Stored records

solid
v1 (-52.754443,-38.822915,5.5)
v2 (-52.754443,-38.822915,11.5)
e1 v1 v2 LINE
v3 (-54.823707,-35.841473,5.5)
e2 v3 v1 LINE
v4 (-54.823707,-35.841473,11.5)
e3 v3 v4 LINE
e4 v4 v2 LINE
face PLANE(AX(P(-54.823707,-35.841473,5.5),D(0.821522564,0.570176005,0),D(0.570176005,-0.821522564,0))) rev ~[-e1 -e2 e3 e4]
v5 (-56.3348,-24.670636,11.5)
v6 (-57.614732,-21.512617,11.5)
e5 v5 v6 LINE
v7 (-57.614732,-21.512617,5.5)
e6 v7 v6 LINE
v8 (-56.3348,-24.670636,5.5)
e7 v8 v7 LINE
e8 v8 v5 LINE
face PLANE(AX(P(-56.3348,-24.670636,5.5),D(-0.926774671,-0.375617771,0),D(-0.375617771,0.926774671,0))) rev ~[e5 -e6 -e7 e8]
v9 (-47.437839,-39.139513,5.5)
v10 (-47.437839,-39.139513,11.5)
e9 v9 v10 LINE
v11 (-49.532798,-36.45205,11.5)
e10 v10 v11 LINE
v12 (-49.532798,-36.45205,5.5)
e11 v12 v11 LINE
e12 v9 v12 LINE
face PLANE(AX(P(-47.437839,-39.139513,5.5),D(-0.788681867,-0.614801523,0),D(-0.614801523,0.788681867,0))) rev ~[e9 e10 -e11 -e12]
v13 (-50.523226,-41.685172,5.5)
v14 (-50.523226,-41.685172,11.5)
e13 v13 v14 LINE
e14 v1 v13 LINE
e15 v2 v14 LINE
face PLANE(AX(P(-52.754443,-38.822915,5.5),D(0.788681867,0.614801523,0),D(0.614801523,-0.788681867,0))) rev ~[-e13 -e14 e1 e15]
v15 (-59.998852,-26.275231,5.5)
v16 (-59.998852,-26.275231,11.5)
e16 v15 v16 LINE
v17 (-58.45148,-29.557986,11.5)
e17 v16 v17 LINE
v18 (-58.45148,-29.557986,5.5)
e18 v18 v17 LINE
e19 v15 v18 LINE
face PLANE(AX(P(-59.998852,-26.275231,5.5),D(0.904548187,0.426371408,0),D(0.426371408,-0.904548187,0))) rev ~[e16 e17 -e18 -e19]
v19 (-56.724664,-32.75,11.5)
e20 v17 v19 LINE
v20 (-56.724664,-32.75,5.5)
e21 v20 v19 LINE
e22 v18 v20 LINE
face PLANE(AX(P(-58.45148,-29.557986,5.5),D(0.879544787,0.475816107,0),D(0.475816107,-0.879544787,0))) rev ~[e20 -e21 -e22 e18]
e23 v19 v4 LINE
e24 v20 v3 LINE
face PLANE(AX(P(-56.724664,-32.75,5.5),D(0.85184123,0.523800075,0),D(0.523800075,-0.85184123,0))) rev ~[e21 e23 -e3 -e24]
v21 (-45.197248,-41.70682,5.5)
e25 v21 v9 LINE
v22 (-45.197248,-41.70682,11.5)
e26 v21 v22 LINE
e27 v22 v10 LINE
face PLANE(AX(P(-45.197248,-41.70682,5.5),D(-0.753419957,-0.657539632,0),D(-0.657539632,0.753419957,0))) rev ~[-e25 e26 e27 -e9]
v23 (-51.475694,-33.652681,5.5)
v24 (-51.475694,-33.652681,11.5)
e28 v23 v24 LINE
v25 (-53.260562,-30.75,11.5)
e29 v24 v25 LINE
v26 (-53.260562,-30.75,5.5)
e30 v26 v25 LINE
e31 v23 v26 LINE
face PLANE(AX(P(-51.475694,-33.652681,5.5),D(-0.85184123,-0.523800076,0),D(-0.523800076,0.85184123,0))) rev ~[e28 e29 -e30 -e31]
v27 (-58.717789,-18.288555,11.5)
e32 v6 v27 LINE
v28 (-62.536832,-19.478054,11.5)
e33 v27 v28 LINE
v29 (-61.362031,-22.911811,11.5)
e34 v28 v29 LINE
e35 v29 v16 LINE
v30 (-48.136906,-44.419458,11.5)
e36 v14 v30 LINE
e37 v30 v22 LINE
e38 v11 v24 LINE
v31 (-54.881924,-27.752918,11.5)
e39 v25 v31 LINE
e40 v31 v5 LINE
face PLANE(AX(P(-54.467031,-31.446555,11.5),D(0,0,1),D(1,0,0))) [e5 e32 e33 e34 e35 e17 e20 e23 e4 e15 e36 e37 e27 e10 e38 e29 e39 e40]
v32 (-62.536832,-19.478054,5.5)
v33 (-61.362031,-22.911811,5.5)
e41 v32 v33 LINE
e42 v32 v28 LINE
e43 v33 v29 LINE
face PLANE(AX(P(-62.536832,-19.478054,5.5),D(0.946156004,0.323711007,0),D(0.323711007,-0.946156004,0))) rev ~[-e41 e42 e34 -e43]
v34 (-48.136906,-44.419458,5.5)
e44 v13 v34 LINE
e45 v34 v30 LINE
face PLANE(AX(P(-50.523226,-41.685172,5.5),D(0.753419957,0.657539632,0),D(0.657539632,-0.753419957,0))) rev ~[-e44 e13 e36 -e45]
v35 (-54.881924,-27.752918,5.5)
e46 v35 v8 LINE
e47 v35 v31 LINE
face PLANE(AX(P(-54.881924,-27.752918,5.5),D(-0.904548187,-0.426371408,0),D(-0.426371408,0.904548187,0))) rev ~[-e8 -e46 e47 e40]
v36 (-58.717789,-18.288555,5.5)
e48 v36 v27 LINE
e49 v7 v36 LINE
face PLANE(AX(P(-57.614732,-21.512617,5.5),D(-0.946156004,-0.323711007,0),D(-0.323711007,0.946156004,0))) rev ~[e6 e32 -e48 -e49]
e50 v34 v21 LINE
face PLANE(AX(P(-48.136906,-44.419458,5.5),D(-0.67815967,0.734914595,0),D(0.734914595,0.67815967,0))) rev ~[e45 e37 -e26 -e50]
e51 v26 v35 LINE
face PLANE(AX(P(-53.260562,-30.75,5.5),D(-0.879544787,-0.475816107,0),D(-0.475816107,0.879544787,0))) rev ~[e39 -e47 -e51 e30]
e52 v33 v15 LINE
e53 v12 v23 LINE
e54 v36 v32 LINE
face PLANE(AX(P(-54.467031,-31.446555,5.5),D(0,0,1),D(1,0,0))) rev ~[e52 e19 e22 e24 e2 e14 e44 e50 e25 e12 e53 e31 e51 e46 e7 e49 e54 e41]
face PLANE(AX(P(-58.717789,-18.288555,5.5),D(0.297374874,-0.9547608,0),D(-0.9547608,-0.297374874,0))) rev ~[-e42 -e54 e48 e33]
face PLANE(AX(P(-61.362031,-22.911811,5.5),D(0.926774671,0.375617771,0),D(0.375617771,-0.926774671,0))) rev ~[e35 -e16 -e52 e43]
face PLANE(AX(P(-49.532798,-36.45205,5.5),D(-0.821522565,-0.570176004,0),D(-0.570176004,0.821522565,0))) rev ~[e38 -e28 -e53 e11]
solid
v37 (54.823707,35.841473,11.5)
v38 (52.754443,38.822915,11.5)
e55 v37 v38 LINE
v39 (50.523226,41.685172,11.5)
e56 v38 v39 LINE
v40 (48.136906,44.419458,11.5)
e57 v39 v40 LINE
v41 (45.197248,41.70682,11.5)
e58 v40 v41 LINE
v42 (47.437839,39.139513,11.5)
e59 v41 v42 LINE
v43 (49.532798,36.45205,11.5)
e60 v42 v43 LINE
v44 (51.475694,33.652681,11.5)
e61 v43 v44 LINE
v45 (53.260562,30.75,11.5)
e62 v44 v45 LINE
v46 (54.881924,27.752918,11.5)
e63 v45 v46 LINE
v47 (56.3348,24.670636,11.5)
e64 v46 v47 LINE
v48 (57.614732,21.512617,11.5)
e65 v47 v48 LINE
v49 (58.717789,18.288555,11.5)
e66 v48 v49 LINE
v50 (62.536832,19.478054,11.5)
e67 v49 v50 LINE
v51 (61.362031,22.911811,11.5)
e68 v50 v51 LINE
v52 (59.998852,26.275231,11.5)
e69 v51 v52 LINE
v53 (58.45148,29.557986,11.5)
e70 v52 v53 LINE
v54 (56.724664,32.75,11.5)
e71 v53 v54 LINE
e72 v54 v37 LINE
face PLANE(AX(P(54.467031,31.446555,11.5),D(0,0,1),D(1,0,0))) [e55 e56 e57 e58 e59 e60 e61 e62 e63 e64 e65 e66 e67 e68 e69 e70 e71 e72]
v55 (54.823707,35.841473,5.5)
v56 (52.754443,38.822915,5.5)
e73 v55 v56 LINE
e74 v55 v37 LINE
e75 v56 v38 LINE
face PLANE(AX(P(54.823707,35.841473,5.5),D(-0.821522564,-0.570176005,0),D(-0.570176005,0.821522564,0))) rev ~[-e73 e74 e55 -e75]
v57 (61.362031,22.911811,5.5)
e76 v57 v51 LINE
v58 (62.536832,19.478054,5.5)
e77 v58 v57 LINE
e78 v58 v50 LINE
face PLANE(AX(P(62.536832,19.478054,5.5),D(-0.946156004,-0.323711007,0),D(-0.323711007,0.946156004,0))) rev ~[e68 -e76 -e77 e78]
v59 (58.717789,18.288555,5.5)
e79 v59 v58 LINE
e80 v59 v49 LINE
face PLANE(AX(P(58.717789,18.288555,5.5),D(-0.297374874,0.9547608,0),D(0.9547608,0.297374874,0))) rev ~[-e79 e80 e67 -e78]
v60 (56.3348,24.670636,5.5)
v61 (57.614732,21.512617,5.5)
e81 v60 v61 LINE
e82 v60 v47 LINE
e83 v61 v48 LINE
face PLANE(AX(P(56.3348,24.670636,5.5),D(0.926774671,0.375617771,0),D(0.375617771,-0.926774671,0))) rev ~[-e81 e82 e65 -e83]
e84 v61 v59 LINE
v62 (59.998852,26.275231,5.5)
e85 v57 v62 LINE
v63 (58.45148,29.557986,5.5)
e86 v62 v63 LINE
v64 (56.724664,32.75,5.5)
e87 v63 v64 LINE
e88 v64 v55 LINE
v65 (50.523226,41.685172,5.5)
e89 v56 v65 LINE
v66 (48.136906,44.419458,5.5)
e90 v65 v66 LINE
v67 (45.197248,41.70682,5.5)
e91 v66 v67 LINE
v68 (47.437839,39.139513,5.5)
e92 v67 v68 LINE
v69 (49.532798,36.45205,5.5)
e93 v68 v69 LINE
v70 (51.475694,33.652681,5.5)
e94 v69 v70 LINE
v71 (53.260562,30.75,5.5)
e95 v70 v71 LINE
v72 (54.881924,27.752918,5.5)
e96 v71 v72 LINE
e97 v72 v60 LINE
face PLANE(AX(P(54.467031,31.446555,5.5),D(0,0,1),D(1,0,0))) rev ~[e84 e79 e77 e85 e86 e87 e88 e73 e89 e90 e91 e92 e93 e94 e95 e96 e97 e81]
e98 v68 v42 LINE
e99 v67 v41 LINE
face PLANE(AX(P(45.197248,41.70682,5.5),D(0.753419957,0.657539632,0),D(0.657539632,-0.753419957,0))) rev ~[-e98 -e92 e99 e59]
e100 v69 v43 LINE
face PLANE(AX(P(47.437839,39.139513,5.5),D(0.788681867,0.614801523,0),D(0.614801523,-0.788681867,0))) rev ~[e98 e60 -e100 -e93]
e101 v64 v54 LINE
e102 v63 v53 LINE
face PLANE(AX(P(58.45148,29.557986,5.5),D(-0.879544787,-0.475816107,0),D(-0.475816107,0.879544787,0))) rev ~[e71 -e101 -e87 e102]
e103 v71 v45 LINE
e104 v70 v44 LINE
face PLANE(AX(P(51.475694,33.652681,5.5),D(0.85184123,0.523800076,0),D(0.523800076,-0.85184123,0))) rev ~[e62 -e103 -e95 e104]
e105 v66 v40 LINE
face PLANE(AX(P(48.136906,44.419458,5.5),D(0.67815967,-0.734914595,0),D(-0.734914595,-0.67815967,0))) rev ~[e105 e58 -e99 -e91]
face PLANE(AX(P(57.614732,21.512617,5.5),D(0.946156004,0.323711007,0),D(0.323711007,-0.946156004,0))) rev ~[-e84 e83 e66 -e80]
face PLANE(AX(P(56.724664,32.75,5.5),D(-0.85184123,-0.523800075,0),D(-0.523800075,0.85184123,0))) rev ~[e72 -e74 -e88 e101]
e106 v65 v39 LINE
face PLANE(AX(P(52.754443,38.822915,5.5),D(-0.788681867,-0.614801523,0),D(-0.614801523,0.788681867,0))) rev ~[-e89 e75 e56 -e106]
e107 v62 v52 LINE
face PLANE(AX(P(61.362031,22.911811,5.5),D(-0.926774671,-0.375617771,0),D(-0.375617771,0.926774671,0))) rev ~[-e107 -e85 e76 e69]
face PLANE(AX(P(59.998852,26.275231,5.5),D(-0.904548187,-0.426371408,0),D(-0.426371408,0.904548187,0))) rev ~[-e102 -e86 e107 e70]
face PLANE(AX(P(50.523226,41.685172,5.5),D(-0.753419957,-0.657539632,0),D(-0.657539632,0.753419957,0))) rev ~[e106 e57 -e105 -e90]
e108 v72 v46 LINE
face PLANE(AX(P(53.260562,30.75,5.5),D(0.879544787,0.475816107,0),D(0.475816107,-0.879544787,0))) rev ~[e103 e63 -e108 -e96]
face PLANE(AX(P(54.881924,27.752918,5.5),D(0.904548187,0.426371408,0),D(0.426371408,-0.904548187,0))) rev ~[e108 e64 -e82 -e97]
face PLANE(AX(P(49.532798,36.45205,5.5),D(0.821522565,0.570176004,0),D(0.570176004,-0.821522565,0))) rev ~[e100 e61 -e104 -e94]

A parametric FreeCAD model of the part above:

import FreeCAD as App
import Part
import Sketcher
from FreeCAD import Vector

doc = App.newDocument("Part")
body = doc.addObject("PartDesign::Body", "Body")

sketch1 = body.newObject("Sketcher::SketchObject", "Sketch")
sketch1.AttachmentSupport = (doc.getObject("XY_Plane"), [""])
sketch1.MapMode = "FlatFace"
sketch1.AttachmentOffset = App.Placement(Vector(0, 0, 5.5), App.Rotation())
sketch1.addGeometry(Part.LineSegment(Vector(62.536832, 19.478054, 0), Vector(61.362031, 22.911811, 0)), False)
sketch1.addGeometry(Part.LineSegment(Vector(61.362031, 22.911811, 0), Vector(59.998852, 26.275231, 0)), False)
sketch1.addGeometry(Part.LineSegment(Vector(59.998852, 26.275231, 0), Vector(58.45148, 29.557986, 0)), False)
sketch1.addGeometry(Part.LineSegment(Vector(58.45148, 29.557986, 0), Vector(56.724664, 32.75, 0)), False)
sketch1.addGeometry(Part.LineSegment(Vector(56.724664, 32.75, 0), Vector(54.823707, 35.841473, 0)), False)
sketch1.addGeometry(Part.LineSegment(Vector(54.823707, 35.841473, 0), Vector(52.754443, 38.822915, 0)), False)
sketch1.addGeometry(Part.LineSegment(Vector(52.754443, 38.822915, 0), Vector(50.523226, 41.685172, 0)), False)
sketch1.addGeometry(Part.LineSegment(Vector(50.523226, 41.685172, 0), Vector(48.136906, 44.419458, 0)), False)
sketch1.addGeometry(Part.LineSegment(Vector(48.136906, 44.419458, 0), Vector(45.197248, 41.70682, 0)), False)
sketch1.addGeometry(Part.LineSegment(Vector(45.197248, 41.70682, 0), Vector(47.437839, 39.139513, 0)), False)
sketch1.addGeometry(Part.LineSegment(Vector(47.437839, 39.139513, 0), Vector(49.532798, 36.45205, 0)), False)
sketch1.addGeometry(Part.LineSegment(Vector(49.532798, 36.45205, 0), Vector(51.475694, 33.652681, 0)), False)
sketch1.addGeometry(Part.LineSegment(Vector(51.475694, 33.652681, 0), Vector(53.260562, 30.75, 0)), False)
sketch1.addGeometry(Part.LineSegment(Vector(53.260562, 30.75, 0), Vector(54.881924, 27.752918, 0)), False)
sketch1.addGeometry(Part.LineSegment(Vector(54.881924, 27.752918, 0), Vector(56.3348, 24.670636, 0)), False)
sketch1.addGeometry(Part.LineSegment(Vector(56.3348, 24.670636, 0), Vector(57.614732, 21.512617, 0)), False)
sketch1.addGeometry(Part.LineSegment(Vector(57.614732, 21.512617, 0), Vector(58.717789, 18.288555, 0)), False)
sketch1.addGeometry(Part.LineSegment(Vector(58.717789, 18.288555, 0), Vector(62.536832, 19.478054, 0)), False)
sketch1.addConstraint(Sketcher.Constraint("Coincident", 0, 2, 1, 1))
sketch1.addConstraint(Sketcher.Constraint("Coincident", 1, 2, 2, 1))
sketch1.addConstraint(Sketcher.Constraint("Coincident", 2, 2, 3, 1))
sketch1.addConstraint(Sketcher.Constraint("Coincident", 3, 2, 4, 1))
sketch1.addConstraint(Sketcher.Constraint("Coincident", 4, 2, 5, 1))
sketch1.addConstraint(Sketcher.Constraint("Coincident", 5, 2, 6, 1))
sketch1.addConstraint(Sketcher.Constraint("Coincident", 6, 2, 7, 1))
sketch1.addConstraint(Sketcher.Constraint("Coincident", 7, 2, 8, 1))
sketch1.addConstraint(Sketcher.Constraint("Coincident", 8, 2, 9, 1))
sketch1.addConstraint(Sketcher.Constraint("Coincident", 9, 2, 10, 1))
sketch1.addConstraint(Sketcher.Constraint("Coincident", 10, 2, 11, 1))
sketch1.addConstraint(Sketcher.Constraint("Coincident", 11, 2, 12, 1))
sketch1.addConstraint(Sketcher.Constraint("Coincident", 12, 2, 13, 1))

__TASK OBJECTIVE__.
Looking at the data above, write out exactly the lines that start at the one containing "e48 v36 v27 LINE" and end at the one containing "-e54 e48 e33]"; include both and nothing beyond.

__EXERCISE ANSWER__.
e48 v36 v27 LINE
e49 v7 v36 LINE
face PLANE(AX(P(-57.614732,-21.512617,5.5),D(-0.946156004,-0.323711007,0),D(-0.323711007,0.946156004,0))) rev ~[e6 e32 -e48 -e49]
e50 v34 v21 LINE
face PLANE(AX(P(-48.136906,-44.419458,5.5),D(-0.67815967,0.734914595,0),D(0.734914595,0.67815967,0))) rev ~[e45 e37 -e26 -e50]
e51 v26 v35 LINE
face PLANE(AX(P(-53.260562,-30.75,5.5),D(-0.879544787,-0.475816107,0),D(-0.475816107,0.879544787,0))) rev ~[e39 -e47 -e51 e30]
e52 v33 v15 LINE
e53 v12 v23 LINE
e54 v36 v32 LINE
face PLANE(AX(P(-54.467031,-31.446555,5.5),D(0,0,1),D(1,0,0))) rev ~[e52 e19 e22 e24 e2 e14 e44 e50 e25 e12 e53 e31 e51 e46 e7 e49 e54 e41]
face PLANE(AX(P(-58.717789,-18.288555,5.5),D(0.297374874,-0.9547608,0),D(-0.9547608,-0.297374874,0))) rev ~[-e42 -e54 e48 e33]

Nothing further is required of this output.